Sent from my iPhone using Ohub Campfire


----------



## flyphisherman (Jul 7, 2009)

Learn to tie the "Sculpedo"........you tube it. That fly is AMAZING


----------



## wannabflyguy (Aug 21, 2014)

Could you post a picture? I looked it up on utube and several different patterns came up.


Sent from my iPhone using Ohub Campfire


----------



## rkierner (Jun 17, 2013)

Sculpedo: [ame]http://youtu.be/lmEjCRQD_gE[/ame]


----------



## wannabflyguy (Aug 21, 2014)

You da man. Thx I really appreciate it. Will be tying some up and fishin it asap. Will let ya know how I do.


Sent from my iPhone using Ohub Campfire


----------



## wannabflyguy (Aug 21, 2014)

Will be hitting creeks this year for walleye/saugeye. You ever try sculpedo for creek Eye's?


Sent from my iPhone using Ohub Campfire


----------



## rkierner (Jun 17, 2013)

I've actually never tied one... I'm typically a smallmouth guy. I am usually on smaller flows. West side of cbus.


----------



## meathelmet (Aug 4, 2008)

I have caught all my "eyes" on the old wooly bugger .... that is the only thing I fish with ...... they always produce








[/URL][/IMG]


----------



## JTater55 (Aug 21, 2014)

Nice man! Any specific color or size you can recommend? I'm looking forward to fishing for eyes this fall and into winter. 


Sent from my iPhone using Ohub Campfire


----------



## wannabflyguy (Aug 21, 2014)

Nice eyes meat helmet. You fishin lakes or rivers. Out of a boat, wading or from shore?


Sent from my iPhone using Ohub Campfire


----------



## meathelmet (Aug 4, 2008)

I would love to provide outstanding technical aspects of specific flys but alas I am at the sophomore level....LOL

I used a green wooly bugger and a Shannon Streamer which also produces a lot of fish.

I fish for walleyes in the spring run with my bait chunker and then the fly rod in fall ........ wading


----------



## wannabflyguy (Aug 21, 2014)

Wading with a fly rod in the fall is what I wanted to hear. I will be sure to post about my outings. Thanks for the info. 

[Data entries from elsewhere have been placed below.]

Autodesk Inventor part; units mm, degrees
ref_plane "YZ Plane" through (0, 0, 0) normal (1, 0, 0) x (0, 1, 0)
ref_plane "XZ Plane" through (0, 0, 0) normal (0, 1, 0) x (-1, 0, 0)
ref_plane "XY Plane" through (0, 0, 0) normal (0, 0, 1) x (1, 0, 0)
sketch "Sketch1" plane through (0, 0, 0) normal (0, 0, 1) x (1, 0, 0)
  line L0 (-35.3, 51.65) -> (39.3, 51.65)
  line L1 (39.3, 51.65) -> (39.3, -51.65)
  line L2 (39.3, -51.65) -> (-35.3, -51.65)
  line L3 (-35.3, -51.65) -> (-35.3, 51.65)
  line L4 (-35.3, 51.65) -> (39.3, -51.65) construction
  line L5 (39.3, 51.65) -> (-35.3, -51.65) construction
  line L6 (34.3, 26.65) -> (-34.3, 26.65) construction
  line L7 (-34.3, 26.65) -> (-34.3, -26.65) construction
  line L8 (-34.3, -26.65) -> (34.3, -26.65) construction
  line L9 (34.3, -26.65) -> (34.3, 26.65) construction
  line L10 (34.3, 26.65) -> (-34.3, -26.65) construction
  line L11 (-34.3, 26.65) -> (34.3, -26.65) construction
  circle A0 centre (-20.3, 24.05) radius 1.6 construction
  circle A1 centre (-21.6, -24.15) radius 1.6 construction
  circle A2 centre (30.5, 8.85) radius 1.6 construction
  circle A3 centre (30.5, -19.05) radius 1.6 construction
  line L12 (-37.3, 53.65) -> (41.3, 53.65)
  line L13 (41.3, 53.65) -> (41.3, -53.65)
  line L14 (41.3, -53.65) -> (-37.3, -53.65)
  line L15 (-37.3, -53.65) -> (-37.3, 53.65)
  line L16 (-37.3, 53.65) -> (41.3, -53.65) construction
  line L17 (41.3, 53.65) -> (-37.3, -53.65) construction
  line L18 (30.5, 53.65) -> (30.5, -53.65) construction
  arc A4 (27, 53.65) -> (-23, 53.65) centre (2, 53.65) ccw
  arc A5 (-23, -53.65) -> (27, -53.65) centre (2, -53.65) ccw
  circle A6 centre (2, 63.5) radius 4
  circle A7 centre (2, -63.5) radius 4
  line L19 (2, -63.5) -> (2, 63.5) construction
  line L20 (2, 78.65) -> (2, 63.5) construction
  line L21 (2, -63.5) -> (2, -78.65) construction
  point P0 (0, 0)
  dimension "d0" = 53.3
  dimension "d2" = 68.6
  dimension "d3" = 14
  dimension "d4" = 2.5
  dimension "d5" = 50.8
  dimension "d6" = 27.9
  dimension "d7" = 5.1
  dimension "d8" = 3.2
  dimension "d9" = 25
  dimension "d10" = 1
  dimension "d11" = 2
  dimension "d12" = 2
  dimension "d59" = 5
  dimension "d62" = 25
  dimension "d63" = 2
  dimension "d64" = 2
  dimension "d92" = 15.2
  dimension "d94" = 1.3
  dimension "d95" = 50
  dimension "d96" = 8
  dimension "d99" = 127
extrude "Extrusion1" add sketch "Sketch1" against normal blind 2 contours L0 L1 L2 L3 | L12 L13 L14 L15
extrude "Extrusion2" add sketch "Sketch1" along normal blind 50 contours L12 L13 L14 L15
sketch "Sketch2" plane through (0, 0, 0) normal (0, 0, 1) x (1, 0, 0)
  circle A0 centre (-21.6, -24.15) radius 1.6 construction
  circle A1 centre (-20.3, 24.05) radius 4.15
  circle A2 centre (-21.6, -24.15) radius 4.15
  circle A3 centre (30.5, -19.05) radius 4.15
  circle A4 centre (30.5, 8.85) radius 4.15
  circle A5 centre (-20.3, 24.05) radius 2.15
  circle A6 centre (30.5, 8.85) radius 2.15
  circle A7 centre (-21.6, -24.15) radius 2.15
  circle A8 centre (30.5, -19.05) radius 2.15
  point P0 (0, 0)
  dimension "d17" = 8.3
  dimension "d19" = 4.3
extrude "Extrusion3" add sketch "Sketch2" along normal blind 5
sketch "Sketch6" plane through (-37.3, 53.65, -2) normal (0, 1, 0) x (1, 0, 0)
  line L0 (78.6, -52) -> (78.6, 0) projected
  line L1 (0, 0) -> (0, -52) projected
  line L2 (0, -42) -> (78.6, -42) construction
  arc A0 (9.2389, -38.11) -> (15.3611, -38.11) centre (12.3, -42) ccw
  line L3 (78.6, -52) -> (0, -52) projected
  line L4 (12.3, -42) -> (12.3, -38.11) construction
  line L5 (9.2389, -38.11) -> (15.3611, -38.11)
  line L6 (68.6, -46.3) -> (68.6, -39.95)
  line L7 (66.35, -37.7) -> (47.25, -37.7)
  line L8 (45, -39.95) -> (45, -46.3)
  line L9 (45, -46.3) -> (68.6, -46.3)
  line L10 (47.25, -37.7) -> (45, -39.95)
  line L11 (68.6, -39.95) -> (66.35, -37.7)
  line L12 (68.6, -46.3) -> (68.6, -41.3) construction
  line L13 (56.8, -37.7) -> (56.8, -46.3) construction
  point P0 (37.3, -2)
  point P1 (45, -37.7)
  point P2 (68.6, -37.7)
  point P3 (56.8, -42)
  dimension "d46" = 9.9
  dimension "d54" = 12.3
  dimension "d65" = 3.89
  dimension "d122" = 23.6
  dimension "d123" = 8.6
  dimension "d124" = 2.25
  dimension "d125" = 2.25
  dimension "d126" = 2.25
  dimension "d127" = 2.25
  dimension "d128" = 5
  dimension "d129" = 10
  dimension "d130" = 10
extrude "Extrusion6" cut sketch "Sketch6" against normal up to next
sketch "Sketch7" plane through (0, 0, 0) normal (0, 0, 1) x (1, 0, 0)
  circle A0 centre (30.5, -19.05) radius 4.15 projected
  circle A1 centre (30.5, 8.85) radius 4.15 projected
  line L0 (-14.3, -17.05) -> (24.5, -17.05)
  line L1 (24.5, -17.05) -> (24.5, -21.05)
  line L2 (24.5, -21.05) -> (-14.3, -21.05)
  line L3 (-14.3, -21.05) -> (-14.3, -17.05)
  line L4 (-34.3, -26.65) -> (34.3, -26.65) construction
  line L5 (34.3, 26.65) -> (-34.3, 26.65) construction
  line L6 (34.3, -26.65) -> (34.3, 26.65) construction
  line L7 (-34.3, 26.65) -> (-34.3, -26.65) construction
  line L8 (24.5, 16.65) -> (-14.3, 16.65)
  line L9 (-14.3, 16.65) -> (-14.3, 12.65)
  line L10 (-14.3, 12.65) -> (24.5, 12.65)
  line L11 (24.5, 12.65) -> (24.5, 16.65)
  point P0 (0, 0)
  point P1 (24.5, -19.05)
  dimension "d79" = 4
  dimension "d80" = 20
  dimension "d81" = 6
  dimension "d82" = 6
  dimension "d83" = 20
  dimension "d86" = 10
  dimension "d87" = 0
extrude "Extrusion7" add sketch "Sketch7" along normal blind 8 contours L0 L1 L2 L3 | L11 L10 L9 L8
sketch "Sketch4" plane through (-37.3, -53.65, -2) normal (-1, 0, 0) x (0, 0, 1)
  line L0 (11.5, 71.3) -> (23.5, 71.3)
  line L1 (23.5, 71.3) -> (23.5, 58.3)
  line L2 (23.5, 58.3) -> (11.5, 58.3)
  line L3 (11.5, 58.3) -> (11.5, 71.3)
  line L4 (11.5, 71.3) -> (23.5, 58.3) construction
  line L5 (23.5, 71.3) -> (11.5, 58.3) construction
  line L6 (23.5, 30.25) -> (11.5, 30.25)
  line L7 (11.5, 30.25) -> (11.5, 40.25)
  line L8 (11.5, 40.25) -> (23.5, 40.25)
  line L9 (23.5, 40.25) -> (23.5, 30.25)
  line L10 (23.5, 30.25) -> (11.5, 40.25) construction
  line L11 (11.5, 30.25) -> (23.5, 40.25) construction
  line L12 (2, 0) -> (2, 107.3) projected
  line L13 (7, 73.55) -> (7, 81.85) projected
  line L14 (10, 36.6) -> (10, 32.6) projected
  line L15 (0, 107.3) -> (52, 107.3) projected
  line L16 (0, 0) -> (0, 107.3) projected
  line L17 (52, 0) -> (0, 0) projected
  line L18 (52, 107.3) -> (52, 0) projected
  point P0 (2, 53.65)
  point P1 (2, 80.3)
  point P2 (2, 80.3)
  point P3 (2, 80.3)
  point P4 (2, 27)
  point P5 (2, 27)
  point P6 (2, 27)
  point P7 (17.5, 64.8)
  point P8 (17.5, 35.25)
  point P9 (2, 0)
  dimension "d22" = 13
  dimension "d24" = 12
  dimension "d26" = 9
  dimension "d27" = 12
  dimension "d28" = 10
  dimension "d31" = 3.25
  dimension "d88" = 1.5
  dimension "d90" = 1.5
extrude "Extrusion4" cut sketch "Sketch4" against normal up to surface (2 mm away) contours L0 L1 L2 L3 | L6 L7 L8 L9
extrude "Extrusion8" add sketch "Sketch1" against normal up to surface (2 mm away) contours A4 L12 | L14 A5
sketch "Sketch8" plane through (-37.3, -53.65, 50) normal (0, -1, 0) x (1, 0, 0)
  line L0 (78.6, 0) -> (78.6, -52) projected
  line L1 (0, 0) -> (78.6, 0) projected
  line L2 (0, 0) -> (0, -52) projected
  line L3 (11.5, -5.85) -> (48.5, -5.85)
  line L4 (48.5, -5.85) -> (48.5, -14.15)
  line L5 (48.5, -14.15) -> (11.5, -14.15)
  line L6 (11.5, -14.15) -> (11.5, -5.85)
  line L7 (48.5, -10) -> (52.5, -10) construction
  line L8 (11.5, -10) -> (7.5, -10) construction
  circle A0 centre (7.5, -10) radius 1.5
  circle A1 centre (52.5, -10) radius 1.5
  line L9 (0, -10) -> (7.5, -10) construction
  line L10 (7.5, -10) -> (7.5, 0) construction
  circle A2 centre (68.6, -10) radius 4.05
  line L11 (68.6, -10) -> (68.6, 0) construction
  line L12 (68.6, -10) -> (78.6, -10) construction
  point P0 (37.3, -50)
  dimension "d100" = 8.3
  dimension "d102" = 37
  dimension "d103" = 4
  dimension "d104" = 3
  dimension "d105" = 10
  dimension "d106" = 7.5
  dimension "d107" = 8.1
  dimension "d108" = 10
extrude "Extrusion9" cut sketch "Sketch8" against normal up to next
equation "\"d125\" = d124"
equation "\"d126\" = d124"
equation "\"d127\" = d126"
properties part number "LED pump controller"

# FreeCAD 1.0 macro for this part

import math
import FreeCAD as App
import Part
import Sketcher
from FreeCAD import Vector
Q = App.Units.Quantity


def add_polygon(sketch, points):
    """Adds a closed chain of lines whose ends are joined by coincident constraints."""
    first, n = sketch.GeometryCount, len(points)
    for a, b in zip(points, points[1:] + points[:1]):
        sketch.addGeometry(Part.LineSegment(App.Vector(*a, 0), App.Vector(*b, 0)), False)
    for i in range(n):
        sketch.addConstraint(Sketcher.Constraint("Coincident", first + i, 2, first + (i + 1) % n, 1))

doc = App.newDocument("Part")
body = doc.addObject("PartDesign::Body", "Body")

# Sketch on XY plane
sketch1 = body.newObject("Sketcher::SketchObject", "Sketch")
sketch1.AttachmentSupport = (doc.getObject("XY_Plane"), [""])
sketch1.MapMode = "FlatFace"
add_polygon(sketch1, [(-37, 54), (-37, -54), (41, -54), (41, 54)])  # lines 0-3
sketch1.addConstraint(Sketcher.Constraint("Vertical", 0))
sketch1.addConstraint(Sketcher.Constraint("Horizontal", 1))
sketch1.addConstraint(Sketcher.Constraint("Vertical", 2))
sketch1.addConstraint(Sketcher.Constraint("Horizontal", 3))
sketch1.addConstraint(Sketcher.Constraint("DistanceX", 1, 1, 1, 2, Q("78.6 mm")))
sketch1.addConstraint(Sketcher.Constraint("DistanceY", 0, 2, 0, 1, Q("107.3 mm")))
sketch1.addConstraint(Sketcher.Constraint("DistanceX", 0, 2, -1, 1, Q("37.3 mm")))
sketch1.addConstraint(Sketcher.Constraint("DistanceY", 0, 2, -1, 1, Q("53.65 mm")))
pad1 = body.newObject("PartDesign::Pad", "Pad")
pad1.Profile = sketch1
pad1.Length = 2
pad1.Reversed = True

# Sketch on XY plane
sketch2 = body.newObject("Sketcher::SketchObject", "Sketch001")
sketch2.AttachmentSupport = (doc.getObject("XY_Plane"), [""])
sketch2.MapMode = "FlatFace"
add_polygon(sketch2, [(41, 54), (-37, 54), (-37, -54), (41, -54)])  # lines 0-3
add_polygon(sketch2, [(-35, -52), (-35, 52), (39, 52), (39, -52)])  # lines 4-7
sketch2.addConstraint(Sketcher.Constraint("Horizontal", 0))
sketch2.addConstraint(Sketcher.Constraint("Vertical", 1))
sketch2.addConstraint(Sketcher.Constraint("Horizontal", 2))
sketch2.addConstraint(Sketcher.Constraint("Vertical", 3))
sketch2.addConstraint(Sketcher.Constraint("Vertical", 4))
sketch2.addConstraint(Sketcher.Constraint("Horizontal", 5))
sketch2.addConstraint(Sketcher.Constraint("Vertical", 6))
sketch2.addConstraint(Sketcher.Constraint("Horizontal", 7))
sketch2.addConstraint(Sketcher.Constraint("DistanceX", 0, 2, 4, 2, Q("2 mm")))
sketch2.addConstraint(Sketcher.Constraint("DistanceY", 4, 2, 0, 2, Q("2 mm")))
sketch2.addConstraint(Sketcher.Constraint("DistanceX", 5, 2, 3, 2, Q("2 mm")))
sketch2.addConstraint(Sketcher.Constraint("DistanceY", 2, 2, 6, 2, Q("2 mm")))
sketch2.addConstraint(Sketcher.Constraint("DistanceX", 0, 2, 0, 1, Q("78.6 mm")))
sketch2.addConstraint(Sketcher.Constraint("DistanceY", 1, 2, 1, 1, Q("107.3 mm")))
sketch2.addConstraint(Sketcher.Constraint("DistanceX", 0, 2, -1, 1, Q("37.3 mm")))
sketch2.addConstraint(Sketcher.Constraint("DistanceY", -1, 1, 0, 2, Q("53.65 mm")))
pad2 = body.newObject("PartDesign::Pad", "Pad001")
pad2.Profile = sketch2
pad2.Length = 50

# Sketch on XY plane
sketch3 = body.newObject("Sketcher::SketchObject", "Sketch002")
sketch3.AttachmentSupport = (doc.getObject("XY_Plane"), [""])
sketch3.MapMode = "FlatFace"
sketch3.addGeometry(Part.Circle(Vector(-20.3, 24.1, 0), Vector(0, 0, 1), 4.2), False)
sketch3.addGeometry(Part.Circle(Vector(-20.3, 24.1, 0), Vector(0, 0, 1), 2.1), False)
sketch3.addGeometry(Part.Circle(Vector(-21.6, -24.1, 0), Vector(0, 0, 1), 4.2), False)
sketch3.addGeometry(Part.Circle(Vector(-21.6, -24.1, 0), Vector(0, 0, 1), 2.1), False)
sketch3.addGeometry(Part.Circle(Vector(30.5, -19.1, 0), Vector(0, 0, 1), 4.2), False)
sketch3.addGeometry(Part.Circle(Vector(30.5, -19.1, 0), Vector(0, 0, 1), 2.1), False)
sketch3.addGeometry(Part.Circle(Vector(30.5, 8.8, 0), Vector(0, 0, 1), 4.2), False)
sketch3.addGeometry(Part.Circle(Vector(30.5, 8.8, 0), Vector(0, 0, 1), 2.1), False)
sketch3.addConstraint(Sketcher.Constraint("Coincident", 1, 3, 0, 3))
sketch3.addConstraint(Sketcher.Constraint("Coincident", 3, 3, 2, 3))
sketch3.addConstraint(Sketcher.Constraint("Coincident", 5, 3, 4, 3))
sketch3.addConstraint(Sketcher.Constraint("Coincident", 7, 3, 6, 3))
sketch3.addConstraint(Sketcher.Constraint("Equal", 0, 2))
sketch3.addConstraint(Sketcher.Constraint("Equal", 1, 3))
sketch3.addConstraint(Sketcher.Constraint("Equal", 2, 4))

Sent from my iPhone using Ohub Campfire


----------



## wannabflyguy (Aug 21, 2014)

Forgot to ask... What is a bait chunker? I must still be at the freshman level. Lol


Sent from my iPhone using Ohub Campfire


----------



## JTater55 (Aug 21, 2014)

Thanks meat helmet! I will be wading this fall as well. Good luck! 


Sent from my iPhone using Ohub Campfire


----------



## Tinknocker1 (May 13, 2013)

meathelmet said:


> I have caught all my "eyes" on the old wooly bugger .... that is the only thing I fish with ...... they always produce
> 
> 
> 
> ...



great pic meathelmet thanks for sharing


----------



## lorainfly24 (Jun 21, 2014)

nice work meat helmet. impressive catch


----------